Nuclear Fusion 49 - Researchers in the U.S. and South Korea Discover Best Pattern Of Magnetic Fields To Stabilize Plasmas In Tokamaks
One of the biggest problems confronting nuclear fusion research is how to maintain a stable plasma while the fusion reaction is taking place. The tokomak fusion reactor design features a donut shaped containment vessel that uses magnetic fields to corral the hot dense plasma. A great deal of research is being carried out on how best to arrange the magnetic fields to prevent instabilities.
If instabilities develop in the plasma, then the plasma may touch to sides of the containment vessel causing damage to the walls of the vessel. This is caused by “edge localized modes” (ELMs) which are flares-like bursts of plasma.
In order to prevent ELMs, scientists have developed technology to produce resonant magnetic perturbations (RMPs). RMPs are small magnetic ripples that are introduced into the donut-shaped ring of plasma in the tokamak. These ripples distort the smooth donut of plasma and release excess pressure. This can reduce or eliminate the ELMs. The most difficult part of this solution is causing just the right amount of distortion to remove ELMs while not causing other types instabilities. If the RMPs release too much energy, it can cause a major disruption in the plasma and stop the fusion reaction.
There are virtually infinite ways in which the plasma in a tokamak may be perturbed by applied magnetic fields. The challenge has been to find exactly the correct perturbations needed to eliminate ELMs without causing other problems. This problem has now been solved.
Jong-Kyu Park is a physicist who works at the U.S. Department of Energy’s Princeton Plasma Laboratory. He is collaborating with teams from the U.S and the National Fusion Research Institute of South Korea. This group has successfully predicted all of the best 3-D magnetic distortion patterns for controlling ELMs which do not cause other problems. The group used the Korean Superconducting Tokamak Advanced Research (KSTAR) facility to validate their predictions. The KSTAR is one of the most advanced superconducting tokamaks in the world.
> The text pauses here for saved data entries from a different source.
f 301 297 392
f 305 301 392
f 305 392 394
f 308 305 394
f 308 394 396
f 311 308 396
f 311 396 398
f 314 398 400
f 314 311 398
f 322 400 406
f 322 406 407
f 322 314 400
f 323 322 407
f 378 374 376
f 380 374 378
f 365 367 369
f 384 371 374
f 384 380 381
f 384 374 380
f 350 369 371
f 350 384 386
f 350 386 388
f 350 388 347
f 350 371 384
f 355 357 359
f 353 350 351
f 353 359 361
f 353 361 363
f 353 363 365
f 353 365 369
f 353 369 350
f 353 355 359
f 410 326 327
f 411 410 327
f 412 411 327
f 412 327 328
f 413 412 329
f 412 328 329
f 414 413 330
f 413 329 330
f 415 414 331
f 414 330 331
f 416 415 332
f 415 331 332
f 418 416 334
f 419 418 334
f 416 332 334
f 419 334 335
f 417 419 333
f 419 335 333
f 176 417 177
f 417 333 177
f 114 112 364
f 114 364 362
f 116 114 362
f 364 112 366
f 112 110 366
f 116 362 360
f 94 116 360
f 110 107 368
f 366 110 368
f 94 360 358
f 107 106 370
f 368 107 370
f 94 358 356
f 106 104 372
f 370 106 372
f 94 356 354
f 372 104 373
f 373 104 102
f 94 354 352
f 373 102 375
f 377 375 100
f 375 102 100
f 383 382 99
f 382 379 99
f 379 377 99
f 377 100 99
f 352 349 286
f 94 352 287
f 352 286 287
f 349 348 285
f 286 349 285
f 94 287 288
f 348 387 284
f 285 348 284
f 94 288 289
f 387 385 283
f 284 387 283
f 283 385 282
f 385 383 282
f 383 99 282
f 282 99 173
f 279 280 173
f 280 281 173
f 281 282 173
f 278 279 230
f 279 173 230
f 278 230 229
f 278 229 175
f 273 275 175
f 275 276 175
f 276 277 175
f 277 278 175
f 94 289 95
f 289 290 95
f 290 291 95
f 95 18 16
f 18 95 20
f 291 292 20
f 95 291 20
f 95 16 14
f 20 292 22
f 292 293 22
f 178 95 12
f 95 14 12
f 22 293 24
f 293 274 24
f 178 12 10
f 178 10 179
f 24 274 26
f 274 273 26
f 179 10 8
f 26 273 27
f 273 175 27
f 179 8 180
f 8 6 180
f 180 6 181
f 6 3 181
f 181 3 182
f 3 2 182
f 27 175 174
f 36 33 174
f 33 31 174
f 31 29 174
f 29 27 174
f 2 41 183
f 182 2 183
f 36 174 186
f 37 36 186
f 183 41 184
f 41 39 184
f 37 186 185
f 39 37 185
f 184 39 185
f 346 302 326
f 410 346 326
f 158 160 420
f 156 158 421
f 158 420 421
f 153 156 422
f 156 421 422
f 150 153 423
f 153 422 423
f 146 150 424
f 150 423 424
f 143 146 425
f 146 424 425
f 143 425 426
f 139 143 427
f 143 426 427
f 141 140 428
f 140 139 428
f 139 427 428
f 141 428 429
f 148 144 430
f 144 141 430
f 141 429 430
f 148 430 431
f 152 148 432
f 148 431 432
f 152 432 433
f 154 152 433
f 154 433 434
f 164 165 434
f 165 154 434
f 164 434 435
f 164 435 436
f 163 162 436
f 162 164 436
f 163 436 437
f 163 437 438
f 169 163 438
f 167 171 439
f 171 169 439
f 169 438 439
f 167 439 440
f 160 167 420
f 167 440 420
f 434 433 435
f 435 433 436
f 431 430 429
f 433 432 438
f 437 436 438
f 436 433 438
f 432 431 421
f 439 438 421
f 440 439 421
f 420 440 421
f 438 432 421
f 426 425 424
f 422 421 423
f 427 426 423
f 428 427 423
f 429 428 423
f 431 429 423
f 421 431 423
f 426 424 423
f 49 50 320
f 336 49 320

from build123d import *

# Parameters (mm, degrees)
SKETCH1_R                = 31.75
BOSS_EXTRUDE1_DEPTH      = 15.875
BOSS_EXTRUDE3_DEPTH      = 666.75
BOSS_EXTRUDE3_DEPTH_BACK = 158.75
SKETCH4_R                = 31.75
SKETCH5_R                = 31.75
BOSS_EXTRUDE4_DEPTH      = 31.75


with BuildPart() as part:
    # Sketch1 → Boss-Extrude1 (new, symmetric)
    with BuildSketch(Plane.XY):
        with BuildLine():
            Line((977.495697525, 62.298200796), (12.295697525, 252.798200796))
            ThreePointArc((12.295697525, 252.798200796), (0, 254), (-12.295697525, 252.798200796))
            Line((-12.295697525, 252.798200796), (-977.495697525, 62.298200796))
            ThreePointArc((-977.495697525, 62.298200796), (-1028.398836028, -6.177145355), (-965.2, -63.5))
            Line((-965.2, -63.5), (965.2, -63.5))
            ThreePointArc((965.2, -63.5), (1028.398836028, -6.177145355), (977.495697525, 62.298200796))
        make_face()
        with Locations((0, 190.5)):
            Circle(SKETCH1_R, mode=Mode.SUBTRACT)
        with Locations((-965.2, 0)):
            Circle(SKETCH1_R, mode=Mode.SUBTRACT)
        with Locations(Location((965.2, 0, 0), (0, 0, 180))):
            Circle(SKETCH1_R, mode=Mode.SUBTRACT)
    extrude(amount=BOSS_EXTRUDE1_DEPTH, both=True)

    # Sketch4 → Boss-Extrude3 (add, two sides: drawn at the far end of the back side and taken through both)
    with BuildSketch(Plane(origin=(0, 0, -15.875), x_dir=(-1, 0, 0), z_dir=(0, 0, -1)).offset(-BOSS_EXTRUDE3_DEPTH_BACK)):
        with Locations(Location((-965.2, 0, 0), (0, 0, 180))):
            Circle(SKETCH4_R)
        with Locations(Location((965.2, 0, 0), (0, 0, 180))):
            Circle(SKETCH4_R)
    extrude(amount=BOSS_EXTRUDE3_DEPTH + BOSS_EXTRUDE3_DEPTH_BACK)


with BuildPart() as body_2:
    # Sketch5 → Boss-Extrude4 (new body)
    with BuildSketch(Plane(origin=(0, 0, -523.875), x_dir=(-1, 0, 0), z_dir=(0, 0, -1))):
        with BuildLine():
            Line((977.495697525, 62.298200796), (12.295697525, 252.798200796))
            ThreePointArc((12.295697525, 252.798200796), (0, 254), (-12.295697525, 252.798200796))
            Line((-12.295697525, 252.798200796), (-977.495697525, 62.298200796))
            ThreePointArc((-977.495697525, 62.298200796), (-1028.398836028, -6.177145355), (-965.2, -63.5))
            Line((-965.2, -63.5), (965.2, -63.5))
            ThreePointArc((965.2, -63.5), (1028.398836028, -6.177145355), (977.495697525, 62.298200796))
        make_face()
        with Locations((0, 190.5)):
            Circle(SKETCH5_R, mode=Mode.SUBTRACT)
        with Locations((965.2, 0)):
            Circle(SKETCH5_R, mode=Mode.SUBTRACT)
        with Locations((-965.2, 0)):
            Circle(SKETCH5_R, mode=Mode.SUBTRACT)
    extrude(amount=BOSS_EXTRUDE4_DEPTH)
The KSTAR was used for validation because it has advanced magnetic systems for precisely controlling distortions in the plasma. The best distortion patterns account for less than one percent of the possible patterns. Identifying the best patterns would have been impossible without the new model developed by Park and his associates.
Park published a paper in Nature Physics along with fourteen other coauthors. He said, “the result was a precedent-setting achievement. We show for the first time the full 3-D field operating window in a tokamak to suppress ELMs without stirring up core instabilities or excessively degrading confinement. For a long time we thought it would be too computationally difficult to identify all beneficial symmetry-breaking fields, but our work now demonstrates a simple procedure to identify the set of all such configurations.”
Park and his associates were able to significantly reduce the complexity of calculations for their breakthrough when they realized that the number of types of plasma perturbations were far fewer than the number perturbations. They worked back from the type of perturbations that they wanted to the exact 3-D field patterns that would produce them for the elimination of ELMs.
The validation of the proper patterns which eliminate ELMs will be useful in the design of the ITER, the international tokamak project being constructed in France. The control of ELMs will be critical for the completion of ITER as it attempts to produce ten times as much energy as is required to heat its plasma. The authors of the paper in Nature Physics said, “the method and principle adopted in this study can substantially improve the efficiency and fidelity of the complicated 3-D optimizing process in tokamaks.”